▶ _Exercise goal_
Your task is to copy the lines of the data below from the line holding "#34=EDGE_LOOP('',(#21,#27,#32,#33));" through the line holding "#40=CARTESIAN_POINT('',(0.,-5.,103.7));", inclusive, exactly and with nothing added.

Information supplied section start

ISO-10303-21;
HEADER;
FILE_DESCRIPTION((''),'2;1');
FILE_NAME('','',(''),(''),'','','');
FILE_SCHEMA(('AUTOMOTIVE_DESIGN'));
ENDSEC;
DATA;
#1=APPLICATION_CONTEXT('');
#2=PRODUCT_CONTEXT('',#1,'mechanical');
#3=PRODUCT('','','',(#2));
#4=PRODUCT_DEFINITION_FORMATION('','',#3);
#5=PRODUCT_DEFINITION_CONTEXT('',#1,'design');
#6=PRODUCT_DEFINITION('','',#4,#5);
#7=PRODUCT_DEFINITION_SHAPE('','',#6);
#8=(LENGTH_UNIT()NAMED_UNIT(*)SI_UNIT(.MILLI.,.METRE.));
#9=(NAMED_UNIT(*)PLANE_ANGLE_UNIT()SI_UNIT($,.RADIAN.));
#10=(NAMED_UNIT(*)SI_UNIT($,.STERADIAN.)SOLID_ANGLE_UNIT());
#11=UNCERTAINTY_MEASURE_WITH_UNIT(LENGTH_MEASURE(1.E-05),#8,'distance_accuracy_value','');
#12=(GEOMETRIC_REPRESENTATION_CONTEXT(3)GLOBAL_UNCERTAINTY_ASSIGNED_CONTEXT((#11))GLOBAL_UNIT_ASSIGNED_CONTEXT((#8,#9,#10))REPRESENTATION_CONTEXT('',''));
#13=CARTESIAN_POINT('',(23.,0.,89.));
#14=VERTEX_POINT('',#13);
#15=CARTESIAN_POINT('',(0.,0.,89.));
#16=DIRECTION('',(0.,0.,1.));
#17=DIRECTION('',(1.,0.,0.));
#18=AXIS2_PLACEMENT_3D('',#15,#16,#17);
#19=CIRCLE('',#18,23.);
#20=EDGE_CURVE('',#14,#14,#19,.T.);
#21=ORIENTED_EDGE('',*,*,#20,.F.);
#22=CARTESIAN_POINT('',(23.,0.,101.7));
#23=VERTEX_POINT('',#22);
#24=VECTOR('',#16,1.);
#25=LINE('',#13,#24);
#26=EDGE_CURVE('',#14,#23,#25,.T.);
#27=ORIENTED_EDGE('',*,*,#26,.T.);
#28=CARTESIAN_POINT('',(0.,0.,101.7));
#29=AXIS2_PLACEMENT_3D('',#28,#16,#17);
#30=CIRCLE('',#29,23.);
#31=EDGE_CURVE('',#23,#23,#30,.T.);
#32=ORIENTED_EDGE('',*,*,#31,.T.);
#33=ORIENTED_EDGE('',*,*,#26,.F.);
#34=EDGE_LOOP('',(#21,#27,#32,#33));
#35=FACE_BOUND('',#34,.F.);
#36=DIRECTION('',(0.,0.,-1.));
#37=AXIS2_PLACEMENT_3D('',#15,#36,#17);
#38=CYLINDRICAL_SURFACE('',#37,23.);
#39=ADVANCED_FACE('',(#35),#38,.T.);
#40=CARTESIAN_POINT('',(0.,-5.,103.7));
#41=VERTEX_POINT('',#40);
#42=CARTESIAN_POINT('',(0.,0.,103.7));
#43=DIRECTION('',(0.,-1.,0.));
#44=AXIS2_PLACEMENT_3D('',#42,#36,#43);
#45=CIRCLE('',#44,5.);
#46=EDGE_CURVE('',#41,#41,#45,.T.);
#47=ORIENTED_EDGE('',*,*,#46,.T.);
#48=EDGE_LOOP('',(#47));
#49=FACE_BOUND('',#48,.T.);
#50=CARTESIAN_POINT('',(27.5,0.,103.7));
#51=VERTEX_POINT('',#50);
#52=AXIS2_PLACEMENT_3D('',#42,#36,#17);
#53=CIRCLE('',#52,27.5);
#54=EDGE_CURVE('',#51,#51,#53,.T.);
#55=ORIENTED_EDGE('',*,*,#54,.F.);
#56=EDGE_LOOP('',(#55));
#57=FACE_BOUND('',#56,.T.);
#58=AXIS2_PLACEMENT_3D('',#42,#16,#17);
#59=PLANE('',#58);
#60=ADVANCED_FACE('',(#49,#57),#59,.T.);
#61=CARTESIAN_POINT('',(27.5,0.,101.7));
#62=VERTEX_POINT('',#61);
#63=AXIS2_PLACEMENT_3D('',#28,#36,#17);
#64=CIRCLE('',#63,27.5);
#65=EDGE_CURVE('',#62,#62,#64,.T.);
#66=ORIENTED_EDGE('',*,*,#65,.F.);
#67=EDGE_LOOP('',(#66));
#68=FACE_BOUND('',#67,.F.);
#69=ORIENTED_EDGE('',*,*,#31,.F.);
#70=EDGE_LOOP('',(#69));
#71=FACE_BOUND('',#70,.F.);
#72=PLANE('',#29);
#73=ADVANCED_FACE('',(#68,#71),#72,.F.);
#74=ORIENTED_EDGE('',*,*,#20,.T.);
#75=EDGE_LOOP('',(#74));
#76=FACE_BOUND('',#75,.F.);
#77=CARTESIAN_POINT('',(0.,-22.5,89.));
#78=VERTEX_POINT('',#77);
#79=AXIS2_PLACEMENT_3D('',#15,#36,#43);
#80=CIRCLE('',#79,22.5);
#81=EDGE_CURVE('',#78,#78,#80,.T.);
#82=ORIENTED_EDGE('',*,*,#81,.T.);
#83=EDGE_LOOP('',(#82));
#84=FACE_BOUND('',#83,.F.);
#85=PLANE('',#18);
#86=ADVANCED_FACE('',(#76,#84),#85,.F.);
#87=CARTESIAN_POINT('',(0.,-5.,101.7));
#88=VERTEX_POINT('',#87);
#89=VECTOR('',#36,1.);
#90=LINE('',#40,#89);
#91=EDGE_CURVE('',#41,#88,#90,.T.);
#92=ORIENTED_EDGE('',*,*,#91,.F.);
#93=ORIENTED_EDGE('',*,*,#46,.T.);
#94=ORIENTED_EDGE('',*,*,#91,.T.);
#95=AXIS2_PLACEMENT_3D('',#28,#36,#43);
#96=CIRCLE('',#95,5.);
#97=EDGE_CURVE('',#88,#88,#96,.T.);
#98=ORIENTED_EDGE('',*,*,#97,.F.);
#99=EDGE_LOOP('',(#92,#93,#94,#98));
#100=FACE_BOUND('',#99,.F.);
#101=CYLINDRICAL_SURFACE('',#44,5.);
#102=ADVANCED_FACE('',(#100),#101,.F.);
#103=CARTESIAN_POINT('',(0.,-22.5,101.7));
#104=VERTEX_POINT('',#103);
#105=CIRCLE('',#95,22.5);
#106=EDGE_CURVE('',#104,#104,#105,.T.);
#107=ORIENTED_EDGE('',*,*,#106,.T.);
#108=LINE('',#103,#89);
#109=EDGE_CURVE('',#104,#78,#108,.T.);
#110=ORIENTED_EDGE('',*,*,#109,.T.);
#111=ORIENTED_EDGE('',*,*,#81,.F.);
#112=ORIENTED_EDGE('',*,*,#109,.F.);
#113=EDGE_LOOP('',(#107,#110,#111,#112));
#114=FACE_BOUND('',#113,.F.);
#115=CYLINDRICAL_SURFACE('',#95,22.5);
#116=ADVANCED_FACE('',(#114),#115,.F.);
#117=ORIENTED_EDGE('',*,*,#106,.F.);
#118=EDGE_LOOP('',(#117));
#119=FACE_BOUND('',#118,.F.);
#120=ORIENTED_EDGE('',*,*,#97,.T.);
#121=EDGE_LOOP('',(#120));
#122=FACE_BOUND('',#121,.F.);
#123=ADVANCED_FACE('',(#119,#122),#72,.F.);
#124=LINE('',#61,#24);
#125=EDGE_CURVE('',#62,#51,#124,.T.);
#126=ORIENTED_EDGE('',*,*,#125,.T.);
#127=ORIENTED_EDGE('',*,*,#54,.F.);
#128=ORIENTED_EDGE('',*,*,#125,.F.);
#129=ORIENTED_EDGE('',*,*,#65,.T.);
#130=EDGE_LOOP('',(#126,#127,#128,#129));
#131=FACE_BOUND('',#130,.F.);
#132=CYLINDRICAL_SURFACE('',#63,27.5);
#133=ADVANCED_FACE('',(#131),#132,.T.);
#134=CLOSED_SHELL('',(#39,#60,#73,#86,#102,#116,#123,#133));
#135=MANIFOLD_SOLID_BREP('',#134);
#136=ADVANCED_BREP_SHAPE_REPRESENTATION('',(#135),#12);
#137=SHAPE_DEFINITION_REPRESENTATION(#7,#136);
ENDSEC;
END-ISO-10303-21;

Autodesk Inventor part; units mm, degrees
ref_plane "YZ Plane" through (0, 0, 0) normal (1, 0, 0) x (0, 1, 0)
ref_plane "XZ Plane" through (0, 0, 0) normal (0, 1, 0) x (-1, 0, 0)
ref_plane "Work Plane1" through (0, 0, 76.3) normal (0, 0, 1) x (1, 0, 0)
ref_plane "Work Plane2" through (0, 0, 89) normal (0, 0, 1) x (1, 0, 0)
sketch "Sketch4" plane through (0, 0, 89) normal (0, 0, 1) x (1, 0, 0)
  circle A0 centre (0, 0) radius 23.5 projected
  circle A1 centre (0, 0) radius 23
  dimension "d20" = 46
extrude "Extrusion4" add sketch "Sketch4" along normal blind 12.7 contours A1
sketch "Sketch5" plane through (0, 0, 101.7) normal (0, 0, 1) x (1, 0, 0)
  circle A0 centre (0, 0) radius 23 projected
  circle A1 centre (0, 0) radius 23 projected
hole "Hole2" at (0, 0, 101.7) direction (0, 0, -1) diameter 45 depth 12.8
sketch "Sketch6" plane through (0, 0, 101.7) normal (0, 0, 1) x (1, 0, 0)
  circle A0 centre (0, 0) radius 22.5 projected
  circle A1 centre (0, 0) radius 23 projected
  line L0 (0, -38.5) -> (0, 38.5) projected
  line L1 (-38.5, 0) -> (38.5, 0) projected
  circle A2 centre (0, 0) radius 27.5
  dimension "d30" = 55
extrude "Extrusion5" add sketch "Sketch6" along normal blind 2
sketch "Sketch7" plane through (0, 0, 103.7) normal (0, 0, 1) x (1, 0, 0)
  circle A0 centre (0, 0) radius 27.5 projected
  line L0 (0, -38.5) -> (0, 38.5) projected
  line L1 (-38.5, 0) -> (38.5, 0) projected
hole "Hole3" at (0, 0, 103.7) direction (0, 0, -1) diameter 10 depth 8 tip angle 118
properties part number "Plastic Lid"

Information supplied section end

▶ _Response box_
#34=EDGE_LOOP('',(#21,#27,#32,#33));
#35=FACE_BOUND('',#34,.F.);
#36=DIRECTION('',(0.,0.,-1.));
#37=AXIS2_PLACEMENT_3D('',#15,#36,#17);
#38=CYLINDRICAL_SURFACE('',#37,23.);
#39=ADVANCED_FACE('',(#35),#38,.T.);
#40=CARTESIAN_POINT('',(0.,-5.,103.7));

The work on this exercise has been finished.